Exposure therapy is the gold standard. It starts with just having the food in the room. Then, maybe you touch it. Then you smell it. You might put it to your lips without actually taking a bite. This process, called "food chaining," relies on finding a food that’s similar to a safe food and making tiny, incremental shifts. If you like McDonald’s fries, maybe you try a different brand of frozen fries. It sounds small. To someone with ARFID, it's a mountain.
The Medical Risks Nobody Talks About
Because ARFID doesn't involve the desire to lose weight, doctors often miss it until physical symptoms become impossible to ignore. We're talking about severe nutritional deficiencies that can lead to heart arrhythmias, bone density loss, and stunted growth in younger patients.
Johnston’s openness is vital because it addresses the shame. Many adults with ARFID hide their eating habits. They avoid social gatherings, weddings, and work lunches because the "what's wrong with you?" questions are too much to bear. The social isolation is often just as damaging as the malnutrition.

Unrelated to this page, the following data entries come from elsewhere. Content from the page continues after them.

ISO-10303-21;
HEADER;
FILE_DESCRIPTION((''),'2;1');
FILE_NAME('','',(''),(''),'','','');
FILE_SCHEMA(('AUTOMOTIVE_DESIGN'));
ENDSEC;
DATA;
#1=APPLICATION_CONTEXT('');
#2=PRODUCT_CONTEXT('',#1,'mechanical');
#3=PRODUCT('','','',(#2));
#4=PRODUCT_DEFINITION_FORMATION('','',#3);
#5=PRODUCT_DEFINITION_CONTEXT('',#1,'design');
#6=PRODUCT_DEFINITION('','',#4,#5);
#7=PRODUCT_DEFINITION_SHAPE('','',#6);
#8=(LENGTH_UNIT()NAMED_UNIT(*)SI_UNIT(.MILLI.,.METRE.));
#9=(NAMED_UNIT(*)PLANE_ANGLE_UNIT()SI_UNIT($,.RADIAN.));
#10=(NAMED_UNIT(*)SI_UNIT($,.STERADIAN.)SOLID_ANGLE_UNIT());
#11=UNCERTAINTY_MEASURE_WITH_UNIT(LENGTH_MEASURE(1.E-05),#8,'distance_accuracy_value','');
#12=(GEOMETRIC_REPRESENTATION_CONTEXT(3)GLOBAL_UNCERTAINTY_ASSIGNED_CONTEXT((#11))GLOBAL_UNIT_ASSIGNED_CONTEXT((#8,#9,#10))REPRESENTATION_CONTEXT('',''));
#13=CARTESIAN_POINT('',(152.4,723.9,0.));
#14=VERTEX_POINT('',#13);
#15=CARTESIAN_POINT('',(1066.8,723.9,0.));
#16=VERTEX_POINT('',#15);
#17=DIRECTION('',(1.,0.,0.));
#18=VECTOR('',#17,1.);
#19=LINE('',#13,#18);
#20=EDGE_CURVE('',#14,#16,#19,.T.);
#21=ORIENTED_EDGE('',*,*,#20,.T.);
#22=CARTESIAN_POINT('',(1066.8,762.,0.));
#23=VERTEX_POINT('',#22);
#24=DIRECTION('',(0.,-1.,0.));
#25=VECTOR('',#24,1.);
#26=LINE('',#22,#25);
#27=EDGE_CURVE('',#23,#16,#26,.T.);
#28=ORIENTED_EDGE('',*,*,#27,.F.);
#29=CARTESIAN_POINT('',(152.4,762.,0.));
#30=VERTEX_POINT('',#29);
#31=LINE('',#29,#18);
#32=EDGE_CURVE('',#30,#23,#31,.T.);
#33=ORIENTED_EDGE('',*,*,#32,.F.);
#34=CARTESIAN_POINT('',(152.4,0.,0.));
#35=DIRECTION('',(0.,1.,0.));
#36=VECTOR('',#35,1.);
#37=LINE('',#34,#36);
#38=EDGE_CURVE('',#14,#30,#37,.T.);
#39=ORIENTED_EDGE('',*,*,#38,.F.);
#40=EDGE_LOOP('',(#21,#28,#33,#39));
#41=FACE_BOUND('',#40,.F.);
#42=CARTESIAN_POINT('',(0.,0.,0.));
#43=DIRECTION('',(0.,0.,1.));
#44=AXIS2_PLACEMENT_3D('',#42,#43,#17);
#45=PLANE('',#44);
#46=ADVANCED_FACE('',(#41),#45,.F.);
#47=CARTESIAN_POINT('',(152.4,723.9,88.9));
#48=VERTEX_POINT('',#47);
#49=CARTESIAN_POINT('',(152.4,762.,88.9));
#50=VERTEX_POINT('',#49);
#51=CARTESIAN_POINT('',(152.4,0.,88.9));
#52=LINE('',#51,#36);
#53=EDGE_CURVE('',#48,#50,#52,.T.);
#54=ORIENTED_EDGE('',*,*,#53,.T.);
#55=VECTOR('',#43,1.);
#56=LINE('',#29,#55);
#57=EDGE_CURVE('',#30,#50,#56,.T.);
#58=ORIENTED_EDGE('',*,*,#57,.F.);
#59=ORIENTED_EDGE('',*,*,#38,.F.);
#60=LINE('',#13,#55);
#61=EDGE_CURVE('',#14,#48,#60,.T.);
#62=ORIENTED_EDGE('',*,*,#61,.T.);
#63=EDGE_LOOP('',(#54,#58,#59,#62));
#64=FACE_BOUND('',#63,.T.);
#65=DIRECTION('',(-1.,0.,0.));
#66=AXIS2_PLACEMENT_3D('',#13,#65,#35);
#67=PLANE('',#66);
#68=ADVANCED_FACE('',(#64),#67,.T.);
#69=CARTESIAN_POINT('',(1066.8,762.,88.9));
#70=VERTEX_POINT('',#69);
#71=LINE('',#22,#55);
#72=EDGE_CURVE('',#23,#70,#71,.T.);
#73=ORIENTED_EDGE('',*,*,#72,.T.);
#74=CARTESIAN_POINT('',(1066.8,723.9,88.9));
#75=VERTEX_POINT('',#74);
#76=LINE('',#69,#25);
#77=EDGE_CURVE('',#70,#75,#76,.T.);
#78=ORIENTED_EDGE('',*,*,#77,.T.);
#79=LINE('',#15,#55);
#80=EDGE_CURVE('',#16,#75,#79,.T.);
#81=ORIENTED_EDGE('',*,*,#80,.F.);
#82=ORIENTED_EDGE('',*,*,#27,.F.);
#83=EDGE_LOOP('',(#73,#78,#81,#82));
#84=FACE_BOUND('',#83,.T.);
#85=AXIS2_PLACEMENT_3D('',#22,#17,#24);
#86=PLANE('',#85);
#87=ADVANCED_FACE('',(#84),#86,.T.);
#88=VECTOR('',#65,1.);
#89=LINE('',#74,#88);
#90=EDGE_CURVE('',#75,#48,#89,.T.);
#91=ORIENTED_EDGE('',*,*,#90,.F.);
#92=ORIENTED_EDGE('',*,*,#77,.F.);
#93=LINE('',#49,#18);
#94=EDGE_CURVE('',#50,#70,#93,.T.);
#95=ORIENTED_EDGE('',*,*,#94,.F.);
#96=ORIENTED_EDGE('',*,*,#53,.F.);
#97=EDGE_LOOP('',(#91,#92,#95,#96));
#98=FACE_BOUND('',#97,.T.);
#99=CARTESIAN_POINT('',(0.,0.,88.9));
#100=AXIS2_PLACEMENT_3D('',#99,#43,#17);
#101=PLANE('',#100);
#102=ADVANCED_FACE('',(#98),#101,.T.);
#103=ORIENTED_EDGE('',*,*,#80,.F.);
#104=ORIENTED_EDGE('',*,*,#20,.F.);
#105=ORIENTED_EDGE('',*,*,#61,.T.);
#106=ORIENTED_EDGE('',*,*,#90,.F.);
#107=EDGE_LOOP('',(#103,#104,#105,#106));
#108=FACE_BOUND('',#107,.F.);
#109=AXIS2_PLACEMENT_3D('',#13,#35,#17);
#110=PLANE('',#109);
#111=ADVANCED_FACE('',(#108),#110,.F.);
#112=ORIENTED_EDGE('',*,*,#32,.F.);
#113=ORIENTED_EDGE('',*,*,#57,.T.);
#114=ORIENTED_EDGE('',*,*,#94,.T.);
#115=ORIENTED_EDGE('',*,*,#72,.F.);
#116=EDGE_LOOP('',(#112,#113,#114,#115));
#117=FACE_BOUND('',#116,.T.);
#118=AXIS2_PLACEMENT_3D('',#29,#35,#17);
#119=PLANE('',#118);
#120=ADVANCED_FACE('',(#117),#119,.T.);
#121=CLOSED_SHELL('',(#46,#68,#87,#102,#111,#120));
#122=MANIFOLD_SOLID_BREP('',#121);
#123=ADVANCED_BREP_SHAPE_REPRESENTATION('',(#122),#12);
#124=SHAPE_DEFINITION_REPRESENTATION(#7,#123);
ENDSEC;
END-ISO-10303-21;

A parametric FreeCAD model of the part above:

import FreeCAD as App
import Part
import Sketcher

V = App.Vector
Q = App.Units.Quantity


def add_polygon(sketch, points):
    """Adds a closed chain of lines whose ends are joined by coincident constraints."""
    first, n = sketch.GeometryCount, len(points)
    for a, b in zip(points, points[1:] + points[:1]):
        sketch.addGeometry(Part.LineSegment(App.Vector(*a, 0), App.Vector(*b, 0)), False)
    for i in range(n):
        sketch.addConstraint(Sketcher.Constraint("Coincident", first + i, 2, first + (i + 1) % n, 1))

doc = App.newDocument("Part")
body = doc.addObject("PartDesign::Body", "Body")

sketch1 = body.newObject("Sketcher::SketchObject", "Sketch")
sketch1.AttachmentSupport = (doc.getObject("XY_Plane"), [""])
sketch1.MapMode = "FlatFace"
add_polygon(sketch1, [(152, 724), (1067, 724), (1067, 762), (152, 762)])
sketch1.addConstraint([
    Sketcher.Constraint("Horizontal", 0),
    Sketcher.Constraint("Vertical", 1),
    Sketcher.Constraint("Horizontal", 2),
    Sketcher.Constraint("Vertical", 3),
    Sketcher.Constraint("DistanceX", 0, 1, 0, 2, Q("36 in")),
    Sketcher.Constraint("DistanceY", 1, 1, 1, 2, Q("1.5 in")),
    Sketcher.Constraint("DistanceY", -1, 1, 1, 2, Q("30 in")),
    Sketcher.Constraint("DistanceX", -1, 1, 2, 2, Q("6 in")),
])
pad1 = body.newObject("PartDesign::Pad", "Pad")
pad1.Profile = sketch1
pad1.Length = Q("3.5 in")

doc.recompute()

How to Support Someone Without Making It Worse
If you know someone struggling, stop offering "helpful" advice like "just try a bite." They’ve heard it. It doesn't help. Instead, focus on creating a pressure-free environment.
- Don't comment on their plate. Seriously. Even "good job" can feel like a spotlight they didn't ask for.

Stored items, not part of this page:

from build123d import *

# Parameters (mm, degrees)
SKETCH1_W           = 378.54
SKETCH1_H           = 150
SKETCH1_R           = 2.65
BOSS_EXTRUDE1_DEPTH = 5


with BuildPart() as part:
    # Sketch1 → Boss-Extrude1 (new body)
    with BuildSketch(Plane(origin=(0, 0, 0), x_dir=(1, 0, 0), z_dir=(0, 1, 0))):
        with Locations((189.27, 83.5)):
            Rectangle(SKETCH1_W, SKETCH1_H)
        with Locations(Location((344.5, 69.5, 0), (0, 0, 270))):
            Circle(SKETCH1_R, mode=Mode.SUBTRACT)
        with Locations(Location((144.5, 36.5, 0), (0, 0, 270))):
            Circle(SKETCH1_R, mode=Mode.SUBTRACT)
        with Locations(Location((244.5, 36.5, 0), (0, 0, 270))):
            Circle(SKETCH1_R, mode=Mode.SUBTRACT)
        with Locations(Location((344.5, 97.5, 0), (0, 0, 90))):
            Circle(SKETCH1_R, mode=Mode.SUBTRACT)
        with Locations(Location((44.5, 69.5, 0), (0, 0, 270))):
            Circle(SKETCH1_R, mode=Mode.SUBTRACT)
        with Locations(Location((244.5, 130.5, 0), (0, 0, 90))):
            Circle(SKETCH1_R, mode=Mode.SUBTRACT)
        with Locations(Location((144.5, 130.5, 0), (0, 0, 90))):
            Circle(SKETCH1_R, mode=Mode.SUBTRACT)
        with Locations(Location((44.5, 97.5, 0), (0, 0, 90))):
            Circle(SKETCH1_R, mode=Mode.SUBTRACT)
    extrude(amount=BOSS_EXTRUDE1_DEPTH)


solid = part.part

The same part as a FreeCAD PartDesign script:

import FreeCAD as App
import Part
import Sketcher


def add_polygon(sketch, points):
    """Adds a closed chain of lines whose ends are joined by coincident constraints."""
    first, n = sketch.GeometryCount, len(points)
    for a, b in zip(points, points[1:] + points[:1]):
        sketch.addGeometry(Part.LineSegment(App.Vector(*a, 0), App.Vector(*b, 0)), False)
    for i in range(n):
        sketch.addConstraint(Sketcher.Constraint("Coincident", first + i, 2, first + (i + 1) % n, 1))

doc = App.newDocument("Part")
body = doc.addObject("PartDesign::Body", "Body")

# Sketch on XZ plane
sketch1 = body.newObject("Sketcher::SketchObject", "Sketch")
sketch1.AttachmentSupport = (doc.getObject("XZ_Plane"), [""])
sketch1.MapMode = "FlatFace"
add_polygon(sketch1, [(0, -158.5), (0, -8.5), (378.5, -8.5), (378.5, -158.5)])  # lines 0-3
sketch1.addGeometry(Part.Circle(App.Vector(144.5, -36.5, 0), App.Vector(0, 0, 1), 2.6), False)  # 4
sketch1.addGeometry(Part.Circle(App.Vector(44.5, -69.5, 0), App.Vector(0, 0, 1), 2.6), False)  # 5
sketch1.addGeometry(Part.Circle(App.Vector(244.5, -36.5, 0), App.Vector(0, 0, 1), 2.6), False)  # 6
sketch1.addGeometry(Part.Circle(App.Vector(344.5, -69.5, 0), App.Vector(0, 0, 1), 2.6), False)  # 7
sketch1.addGeometry(Part.Circle(App.Vector(44.5, -97.5, 0), App.Vector(0, 0, 1), 2.6), False)  # 8
sketch1.addGeometry(Part.Circle(App.Vector(144.5, -130.5, 0), App.Vector(0, 0, 1), 2.6), False)  # 9
sketch1.addGeometry(Part.Circle(App.Vector(344.5, -97.5, 0), App.Vector(0, 0, 1), 2.6), False)  # 10
sketch1.addGeometry(Part.Circle(App.Vector(244.5, -130.5, 0), App.Vector(0, 0, 1), 2.6), False)  # 11
sketch1.addConstraint([
    Sketcher.Constraint("Vertical", 0),
    Sketcher.Constraint("Horizontal", 1),
    Sketcher.Constraint("Vertical", 2),
    Sketcher.Constraint("Horizontal", 3),
    Sketcher.Constraint("Equal", 4, 5),
    Sketcher.Constraint("Equal", 5, 6),
    Sketcher.Constraint("Equal", 6, 7),
    Sketcher.Constraint("Equal", 7, 8),
    Sketcher.Constraint("Equal", 8, 9),
    Sketcher.Constraint("Equal", 9, 10),
    Sketcher.Constraint("Equal", 10, 11),
    Sketcher.Constraint("PointOnObject", 0, 2, -2),
    Sketcher.Constraint("Horizontal", 4, 3, 6, 3),
    Sketcher.Constraint("Horizontal", 5, 3, 7, 3),
    Sketcher.Constraint("Horizontal", 8, 3, 10, 3),
    Sketcher.Constraint("Horizontal", 9, 3, 11, 3),
    Sketcher.Constraint("Vertical", 5, 3, 8, 3),
    Sketcher.Constraint("Vertical", 4, 3, 9, 3),
    Sketcher.Constraint("Vertical", 7, 3, 10, 3),
    Sketcher.Constraint("Vertical", 6, 3, 11, 3),
    Sketcher.Constraint("Diameter", 4, 5.3),
    Sketcher.Constraint("DistanceY", 0, 1, 0, 2, 150.0),
    Sketcher.Constraint("DistanceX", 5, 3, 4, 3, 100.0),
    Sketcher.Constraint("DistanceY", 5, 3, 4, 3, 33.0),
    Sketcher.Constraint("DistanceX", 4, 3, 6, 3, 100.0),
    Sketcher.Constraint("DistanceX", 6, 3, 7, 3, 100.0),
    Sketcher.Constraint("DistanceY", 8, 3, 5, 3, 28.0),
    Sketcher.Constraint("DistanceY", 9, 3, 4, 3, 94.0),
    Sketcher.Constraint("DistanceY", 5, 3, 0, 2, 61.0),
    Sketcher.Constraint("DistanceX", 1, 1, 1, 2, 378.54),
    Sketcher.Constraint("DistanceX", -1, 1, 4, 3, 144.5),
    Sketcher.Constraint("DistanceY", 4, 3, -1, 1, 36.5),
])
pad1 = body.newObject("PartDesign::Pad", "Pad")
pad1.Profile = sketch1
pad1.Length = 5
pad1.Reversed = True

doc.recompute()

- Provide safe options. If you’re hosting, ask what specific brands they trust.
- Acknowledge the effort. Recognize that for them, eating a new food is an Olympic-level feat of bravery.
Treatment usually requires a team. You need a dietitian who specializes in EDs, a therapist for the anxiety component, and sometimes a speech-language pathologist to work on the mechanics of swallowing. Places like the National Eating Disorders Association (NEDA) offer resources specifically for restrictive disorders that don't fit the "standard" mold.

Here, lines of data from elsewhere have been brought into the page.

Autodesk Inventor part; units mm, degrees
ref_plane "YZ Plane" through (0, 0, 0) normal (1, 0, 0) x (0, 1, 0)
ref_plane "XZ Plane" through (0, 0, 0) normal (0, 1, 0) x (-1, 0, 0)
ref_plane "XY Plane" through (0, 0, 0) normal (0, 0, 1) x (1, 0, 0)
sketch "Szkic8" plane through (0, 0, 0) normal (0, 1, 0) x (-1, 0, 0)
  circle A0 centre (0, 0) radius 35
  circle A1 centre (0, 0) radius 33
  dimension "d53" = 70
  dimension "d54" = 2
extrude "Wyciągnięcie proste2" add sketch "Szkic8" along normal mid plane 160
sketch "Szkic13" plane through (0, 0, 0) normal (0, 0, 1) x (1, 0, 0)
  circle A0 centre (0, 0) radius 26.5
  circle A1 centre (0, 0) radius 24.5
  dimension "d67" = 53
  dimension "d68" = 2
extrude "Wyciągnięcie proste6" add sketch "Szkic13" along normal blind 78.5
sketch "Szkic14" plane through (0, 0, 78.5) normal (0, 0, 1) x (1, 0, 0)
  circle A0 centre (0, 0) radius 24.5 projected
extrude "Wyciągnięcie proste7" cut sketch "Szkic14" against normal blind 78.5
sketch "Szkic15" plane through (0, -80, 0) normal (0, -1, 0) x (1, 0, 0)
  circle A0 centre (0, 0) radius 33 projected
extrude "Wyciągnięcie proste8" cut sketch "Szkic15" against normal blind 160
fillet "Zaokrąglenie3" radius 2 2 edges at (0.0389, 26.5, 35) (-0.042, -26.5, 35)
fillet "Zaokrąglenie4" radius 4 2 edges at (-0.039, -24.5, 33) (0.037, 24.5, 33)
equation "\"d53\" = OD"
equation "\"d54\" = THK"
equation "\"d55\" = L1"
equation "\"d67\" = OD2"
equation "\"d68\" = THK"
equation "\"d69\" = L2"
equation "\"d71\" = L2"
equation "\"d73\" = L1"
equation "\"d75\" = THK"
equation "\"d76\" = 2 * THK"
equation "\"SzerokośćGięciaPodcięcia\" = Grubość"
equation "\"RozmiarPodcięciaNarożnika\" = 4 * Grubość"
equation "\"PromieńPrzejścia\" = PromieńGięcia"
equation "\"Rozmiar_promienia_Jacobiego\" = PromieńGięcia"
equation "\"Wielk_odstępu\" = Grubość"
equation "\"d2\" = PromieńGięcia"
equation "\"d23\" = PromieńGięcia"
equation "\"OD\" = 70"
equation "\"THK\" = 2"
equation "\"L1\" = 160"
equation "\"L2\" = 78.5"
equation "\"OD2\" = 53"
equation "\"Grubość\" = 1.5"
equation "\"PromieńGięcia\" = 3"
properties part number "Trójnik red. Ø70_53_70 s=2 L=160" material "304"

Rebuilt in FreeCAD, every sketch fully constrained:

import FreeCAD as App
import Part
import Sketcher
from FreeCAD import Vector
Q = App.Units.Quantity


def edges_at(feature, points):
    """Names of the edges that pass closest to the given points."""
    edges = feature.Shape.Edges
    near = lambda p: min(range(len(edges)), key=lambda i: edges[i].distToShape(Part.Vertex(*p))[0])
    return sorted({f"Edge{near(p) + 1}" for p in points})

doc = App.newDocument("Part")
params = doc.addObject("Spreadsheet::Sheet", "Params")
for row, (alias, value) in enumerate([
    ("sketch1_diameter", "70 mm"),
    ("sketch1_diameter2", "66 mm"),
    ("pad1_length", "160 mm"),
    ("sketch2_diameter", "53 mm"),
    ("sketch2_diameter2", "49 mm"),
    ("pad2_length", "78.5 mm"),
    ("sketch3_diameter", "49 mm"),
    ("pocket1_length", "78.5 mm"),
    ("sketch4_diameter", "66 mm"),
    ("pocket2_length", "160 mm"),
    ("fillet_radius", "2 mm"),
    ("fillet2_radius", "4 mm"),
], start=1):
    params.set(f"A{row}", alias)
    params.set(f"B{row}", "=" + value)
    params.setAlias(f"B{row}", alias)

body = doc.addObject("PartDesign::Body", "Body")

# Sketch on XZ plane
sketch1 = body.newObject("Sketcher::SketchObject", "Sketch")
sketch1.AttachmentSupport = (doc.getObject("XZ_Plane"), [""])
sketch1.MapMode = "FlatFace"
sketch1.addGeometry(Part.Circle(Vector(0, 0, 0), Vector(0, 0, 1), 35), False)
sketch1.addGeometry(Part.Circle(Vector(0, 0, 0), Vector(0, 0, 1), 33), False)
sketch1.addConstraint(Sketcher.Constraint("Coincident", 0, 3, -1, 1))
sketch1.addConstraint(Sketcher.Constraint("Coincident", 1, 3, -1, 1))
sketch1.addConstraint(Sketcher.Constraint("Diameter", 0, Q("70 mm")))
sketch1.addConstraint(Sketcher.Constraint("Diameter", 1, Q("66 mm")))
sketch1.setExpression("Constraints[2]", "Params.sketch1_diameter")
sketch1.setExpression("Constraints[3]", "Params.sketch1_diameter2")
pad1 = body.newObject("PartDesign::Pad", "Pad")
pad1.Profile = sketch1
pad1.setExpression("Length", "Params.pad1_length")
pad1.Midplane = True

# Sketch on XY plane
sketch2 = body.newObject("Sketcher::SketchObject", "Sketch001")
sketch2.AttachmentSupport = (doc.getObject("XY_Plane"), [""])
sketch2.MapMode = "FlatFace"
sketch2.addGeometry(Part.Circle(Vector(0, 0, 0), Vector(0, 0, 1), 26.5), False)
sketch2.addGeometry(Part.Circle(Vector(0, 0, 0), Vector(0, 0, 1), 24.5), False)
sketch2.addConstraint(Sketcher.Constraint("Coincident", 0, 3, -1, 1))
sketch2.addConstraint(Sketcher.Constraint("Coincident", 1, 3, -1, 1))
sketch2.addConstraint(Sketcher.Constraint("Diameter", 0, Q("53 mm")))
sketch2.addConstraint(Sketcher.Constraint("Diameter", 1, Q("49 mm")))
sketch2.setExpression("Constraints[2]", "Params.sketch2_diameter")
sketch2.setExpression("Constraints[3]", "Params.sketch2_diameter2")
pad2 = body.newObject("PartDesign::Pad", "Pad001")
pad2.Profile = sketch2
pad2.setExpression("Length", "Params.pad2_length")

# Sketch on XY plane
sketch3 = body.newObject("Sketcher::SketchObject", "Sketch002")
sketch3.AttachmentSupport = (doc.getObject("XY_Plane"), [""])
sketch3.MapMode = "FlatFace"
sketch3.AttachmentOffset = App.Placement(Vector(0, 0, 78.5), App.Rotation())
sketch3.addGeometry(Part.Circle(Vector(0, 0, 0), Vector(0, 0, 1), 24.5), False)
sketch3.addConstraint(Sketcher.Constraint("Coincident", 0, 3, -1, 1))
sketch3.addConstraint(Sketcher.Constraint("Diameter", 0, Q("49 mm")))
sketch3.setExpression("Constraints[1]", "Params.sketch3_diameter")
pocket1 = body.newObject("PartDesign::Pocket", "Pocket")
pocket1.Profile = sketch3
pocket1.setExpression("Length", "Params.pocket1_length")

# Sketch on XZ plane
sketch4 = body.newObject("Sketcher::SketchObject", "Sketch003")
sketch4.AttachmentSupport = (doc.getObject("XZ_Plane"), [""])
sketch4.MapMode = "FlatFace"
sketch4.AttachmentOffset = App.Placement(Vector(0, 0, 80), App.Rotation())
sketch4.addGeometry(Part.Circle(Vector(0, 0, 0), Vector(0, 0, 1), 33), False)
sketch4.addConstraint(Sketcher.Constraint("Coincident", 0, 3, -1, 1))
sketch4.addConstraint(Sketcher.Constraint("Diameter", 0, Q("66 mm")))
sketch4.setExpression("Constraints[1]", "Params.sketch4_diameter")
pocket2 = body.newObject("PartDesign::Pocket", "Pocket001")
pocket2.Profile = sketch4
pocket2.setExpression("Length", "Params.pocket2_length")
doc.recompute()

fillet = body.newObject("PartDesign::Fillet", "Fillet")
fillet.Base = (pocket2, edges_at(pocket2, [(0.039, 26.5, 35), (-0.042, -26.5, 35)]))
fillet.setExpression("Radius", "Params.fillet_radius")
doc.recompute()

fillet2 = body.newObject("PartDesign::Fillet", "Fillet001")
fillet2.Base = (fillet, edges_at(fillet, [(-0.039, -24.5, 33), (0.037, 24.5, 33)]))
fillet2.setExpression("Radius", "Params.fillet2_radius")

doc.recompute()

If you think you might be dealing with this, start by tracking your "safe" foods and the specific reasons why other foods feel off-limits. Is it the texture? The smell? The fear of getting sick? Identifying the "why" is the first real step toward taking control. Reach out to a specialist who understands that this is a neurological and sensory issue, not a behavioral one.
Don't wait for a medical crisis to take your struggle seriously. You deserve to have a relationship with food that doesn't feel like a constant battle for survival. Start with one small, manageable change today, even if that change is just admitting that you need a different kind of help.